**Exercise instructions**
Would you transcribe the data word for word?

**Data extracts**
--- START ---

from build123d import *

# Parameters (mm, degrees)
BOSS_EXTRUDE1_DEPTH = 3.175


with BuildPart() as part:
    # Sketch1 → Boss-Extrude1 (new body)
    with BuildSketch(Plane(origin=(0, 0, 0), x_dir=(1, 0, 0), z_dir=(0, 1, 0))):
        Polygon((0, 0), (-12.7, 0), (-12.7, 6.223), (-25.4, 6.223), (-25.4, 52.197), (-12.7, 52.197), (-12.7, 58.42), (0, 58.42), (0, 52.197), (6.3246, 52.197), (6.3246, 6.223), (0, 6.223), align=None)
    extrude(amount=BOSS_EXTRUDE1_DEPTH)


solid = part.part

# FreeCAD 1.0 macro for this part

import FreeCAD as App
import Part
import Sketcher
from FreeCAD import Vector
Q = App.Units.Quantity

doc = App.newDocument("Part")
body = doc.addObject("PartDesign::Body", "Body")

sketch1 = body.newObject("Sketcher::SketchObject", "Sketch")
sketch1.AttachmentSupport = (doc.getObject("XZ_Plane"), [""])
sketch1.MapMode = "FlatFace"
sketch1.addGeometry(Part.LineSegment(Vector(-13, 0, 0), Vector(0, 0, 0)), False)
sketch1.addGeometry(Part.LineSegment(Vector(0, 0, 0), Vector(0, -6, 0)), False)
sketch1.addGeometry(Part.LineSegment(Vector(0, -6, 0), Vector(6, -6, 0)), False)
sketch1.addGeometry(Part.LineSegment(Vector(6, -6, 0), Vector(6, -52, 0)), False)
sketch1.addGeometry(Part.LineSegment(Vector(6, -52, 0), Vector(0, -52, 0)), False)
sketch1.addGeometry(Part.LineSegment(Vector(0, -52, 0), Vector(0, -58, 0)), False)
sketch1.addGeometry(Part.LineSegment(Vector(0, -58, 0), Vector(-13, -58, 0)), False)
sketch1.addGeometry(Part.LineSegment(Vector(-13, -58, 0), Vector(-13, -52, 0)), False)
sketch1.addGeometry(Part.LineSegment(Vector(-13, -52, 0), Vector(-25, -52, 0)), False)
sketch1.addGeometry(Part.LineSegment(Vector(-25, -52, 0), Vector(-25, -6, 0)), False)
sketch1.addGeometry(Part.LineSegment(Vector(-25, -6, 0), Vector(-13, -6, 0)), False)
sketch1.addGeometry(Part.LineSegment(Vector(-13, -6, 0), Vector(-13, 0, 0)), False)
sketch1.addConstraint(Sketcher.Constraint("Coincident", 0, 2, 1, 1))
sketch1.addConstraint(Sketcher.Constraint("Coincident", 1, 2, 2, 1))
sketch1.addConstraint(Sketcher.Constraint("Coincident", 2, 2, 3, 1))
sketch1.addConstraint(Sketcher.Constraint("Coincident", 3, 2, 4, 1))
sketch1.addConstraint(Sketcher.Constraint("Coincident", 4, 2, 5, 1))
sketch1.addConstraint(Sketcher.Constraint("Coincident", 5, 2, 6, 1))
sketch1.addConstraint(Sketcher.Constraint("Coincident", 6, 2, 7, 1))
sketch1.addConstraint(Sketcher.Constraint("Coincident", 7, 2, 8, 1))
sketch1.addConstraint(Sketcher.Constraint("Coincident", 8, 2, 9, 1))
sketch1.addConstraint(Sketcher.Constraint("Coincident", 9, 2, 10, 1))
sketch1.addConstraint(Sketcher.Constraint("Coincident", 10, 2, 11, 1))
sketch1.addConstraint(Sketcher.Constraint("Coincident", 11, 2, 0, 1))
sketch1.addConstraint(Sketcher.Constraint("Horizontal", 0))
sketch1.addConstraint(Sketcher.Constraint("Vertical", 1))
sketch1.addConstraint(Sketcher.Constraint("Horizontal", 2))
sketch1.addConstraint(Sketcher.Constraint("Vertical", 3))
sketch1.addConstraint(Sketcher.Constraint("Horizontal", 4))
sketch1.addConstraint(Sketcher.Constraint("Vertical", 5))
sketch1.addConstraint(Sketcher.Constraint("Horizontal", 6))
sketch1.addConstraint(Sketcher.Constraint("Vertical", 7))
sketch1.addConstraint(Sketcher.Constraint("Horizontal", 8))
sketch1.addConstraint(Sketcher.Constraint("Vertical", 9))
sketch1.addConstraint(Sketcher.Constraint("Horizontal", 10))
sketch1.addConstraint(Sketcher.Constraint("Vertical", 11))
sketch1.addConstraint(Sketcher.Constraint("Coincident", 0, 2, -1, 1))
sketch1.addConstraint(Sketcher.Constraint("PointOnObject", 4, 2, -2))
sketch1.addConstraint(Sketcher.Constraint("Horizontal", 4, 2, 7, 2))
sketch1.addConstraint(Sketcher.Constraint("Horizontal", 2, 2, 9, 2))
sketch1.addConstraint(Sketcher.Constraint("Vertical", 7, 2, 10, 2))
sketch1.addConstraint(Sketcher.Constraint("Equal", 6, 8))
sketch1.addConstraint(Sketcher.Constraint("Equal", 1, 5))
sketch1.addConstraint(Sketcher.Constraint("DistanceX", 0, 1, 0, 2, Q("0.5 in")))
sketch1.addConstraint(Sketcher.Constraint("DistanceY", 3, 2, 3, 1, Q("1.81 in")))
sketch1.addConstraint(Sketcher.Constraint("DistanceY", 5, 2, -1, 1, Q("2.3 in")))
sketch1.addConstraint(Sketcher.Constraint("DistanceX", 2, 1, 2, 2, Q("0.249 in")))
pad1 = body.newObject("PartDesign::Pad", "Pad")
pad1.Profile = sketch1
pad1.Length = Q("0.125 in")
pad1.Reversed = True

doc.recompute()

--- END ---

**Your solution**
from build123d import *

# Parameters (mm, degrees)
BOSS_EXTRUDE1_DEPTH = 3.175


with BuildPart() as part:
    # Sketch1 → Boss-Extrude1 (new body)
    with BuildSketch(Plane(origin=(0, 0, 0), x_dir=(1, 0, 0), z_dir=(0, 1, 0))):
        Polygon((0, 0), (-12.7, 0), (-12.7, 6.223), (-25.4, 6.223), (-25.4, 52.197), (-12.7, 52.197), (-12.7, 58.42), (0, 58.42), (0, 52.197), (6.3246, 52.197), (6.3246, 6.223), (0, 6.223), align=None)
    extrude(amount=BOSS_EXTRUDE1_DEPTH)


solid = part.part

# FreeCAD 1.0 macro for this part

import FreeCAD as App
import Part
import Sketcher
from FreeCAD import Vector
Q = App.Units.Quantity

doc = App.newDocument("Part")
body = doc.addObject("PartDesign::Body", "Body")

sketch1 = body.newObject("Sketcher::SketchObject", "Sketch")
sketch1.AttachmentSupport = (doc.getObject("XZ_Plane"), [""])
sketch1.MapMode = "FlatFace"
sketch1.addGeometry(Part.LineSegment(Vector(-13, 0, 0), Vector(0, 0, 0)), False)
sketch1.addGeometry(Part.LineSegment(Vector(0, 0, 0), Vector(0, -6, 0)), False)
sketch1.addGeometry(Part.LineSegment(Vector(0, -6, 0), Vector(6, -6, 0)), False)
sketch1.addGeometry(Part.LineSegment(Vector(6, -6, 0), Vector(6, -52, 0)), False)
sketch1.addGeometry(Part.LineSegment(Vector(6, -52, 0), Vector(0, -52, 0)), False)
sketch1.addGeometry(Part.LineSegment(Vector(0, -52, 0), Vector(0, -58, 0)), False)
sketch1.addGeometry(Part.LineSegment(Vector(0, -58, 0), Vector(-13, -58, 0)), False)
sketch1.addGeometry(Part.LineSegment(Vector(-13, -58, 0), Vector(-13, -52, 0)), False)
sketch1.addGeometry(Part.LineSegment(Vector(-13, -52, 0), Vector(-25, -52, 0)), False)
sketch1.addGeometry(Part.LineSegment(Vector(-25, -52, 0), Vector(-25, -6, 0)), False)
sketch1.addGeometry(Part.LineSegment(Vector(-25, -6, 0), Vector(-13, -6, 0)), False)
sketch1.addGeometry(Part.LineSegment(Vector(-13, -6, 0), Vector(-13, 0, 0)), False)
sketch1.addConstraint(Sketcher.Constraint("Coincident", 0, 2, 1, 1))
sketch1.addConstraint(Sketcher.Constraint("Coincident", 1, 2, 2, 1))
sketch1.addConstraint(Sketcher.Constraint("Coincident", 2, 2, 3, 1))
sketch1.addConstraint(Sketcher.Constraint("Coincident", 3, 2, 4, 1))
sketch1.addConstraint(Sketcher.Constraint("Coincident", 4, 2, 5, 1))
sketch1.addConstraint(Sketcher.Constraint("Coincident", 5, 2, 6, 1))
sketch1.addConstraint(Sketcher.Constraint("Coincident", 6, 2, 7, 1))
sketch1.addConstraint(Sketcher.Constraint("Coincident", 7, 2, 8, 1))
sketch1.addConstraint(Sketcher.Constraint("Coincident", 8, 2, 9, 1))
sketch1.addConstraint(Sketcher.Constraint("Coincident", 9, 2, 10, 1))
sketch1.addConstraint(Sketcher.Constraint("Coincident", 10, 2, 11, 1))
sketch1.addConstraint(Sketcher.Constraint("Coincident", 11, 2, 0, 1))
sketch1.addConstraint(Sketcher.Constraint("Horizontal", 0))
sketch1.addConstraint(Sketcher.Constraint("Vertical", 1))
sketch1.addConstraint(Sketcher.Constraint("Horizontal", 2))
sketch1.addConstraint(Sketcher.Constraint("Vertical", 3))
sketch1.addConstraint(Sketcher.Constraint("Horizontal", 4))
sketch1.addConstraint(Sketcher.Constraint("Vertical", 5))
sketch1.addConstraint(Sketcher.Constraint("Horizontal", 6))
sketch1.addConstraint(Sketcher.Constraint("Vertical", 7))
sketch1.addConstraint(Sketcher.Constraint("Horizontal", 8))
sketch1.addConstraint(Sketcher.Constraint("Vertical", 9))
sketch1.addConstraint(Sketcher.Constraint("Horizontal", 10))
sketch1.addConstraint(Sketcher.Constraint("Vertical", 11))
sketch1.addConstraint(Sketcher.Constraint("Coincident", 0, 2, -1, 1))
sketch1.addConstraint(Sketcher.Constraint("PointOnObject", 4, 2, -2))
sketch1.addConstraint(Sketcher.Constraint("Horizontal", 4, 2, 7, 2))
sketch1.addConstraint(Sketcher.Constraint("Horizontal", 2, 2, 9, 2))
sketch1.addConstraint(Sketcher.Constraint("Vertical", 7, 2, 10, 2))
sketch1.addConstraint(Sketcher.Constraint("Equal", 6, 8))
sketch1.addConstraint(Sketcher.Constraint("Equal", 1, 5))
sketch1.addConstraint(Sketcher.Constraint("DistanceX", 0, 1, 0, 2, Q("0.5 in")))
sketch1.addConstraint(Sketcher.Constraint("DistanceY", 3, 2, 3, 1, Q("1.81 in")))
sketch1.addConstraint(Sketcher.Constraint("DistanceY", 5, 2, -1, 1, Q("2.3 in")))
sketch1.addConstraint(Sketcher.Constraint("DistanceX", 2, 1, 2, 2, Q("0.249 in")))
pad1 = body.newObject("PartDesign::Pad", "Pad")
pad1.Profile = sketch1
pad1.Length = Q("0.125 in")
pad1.Reversed = True

doc.recompute()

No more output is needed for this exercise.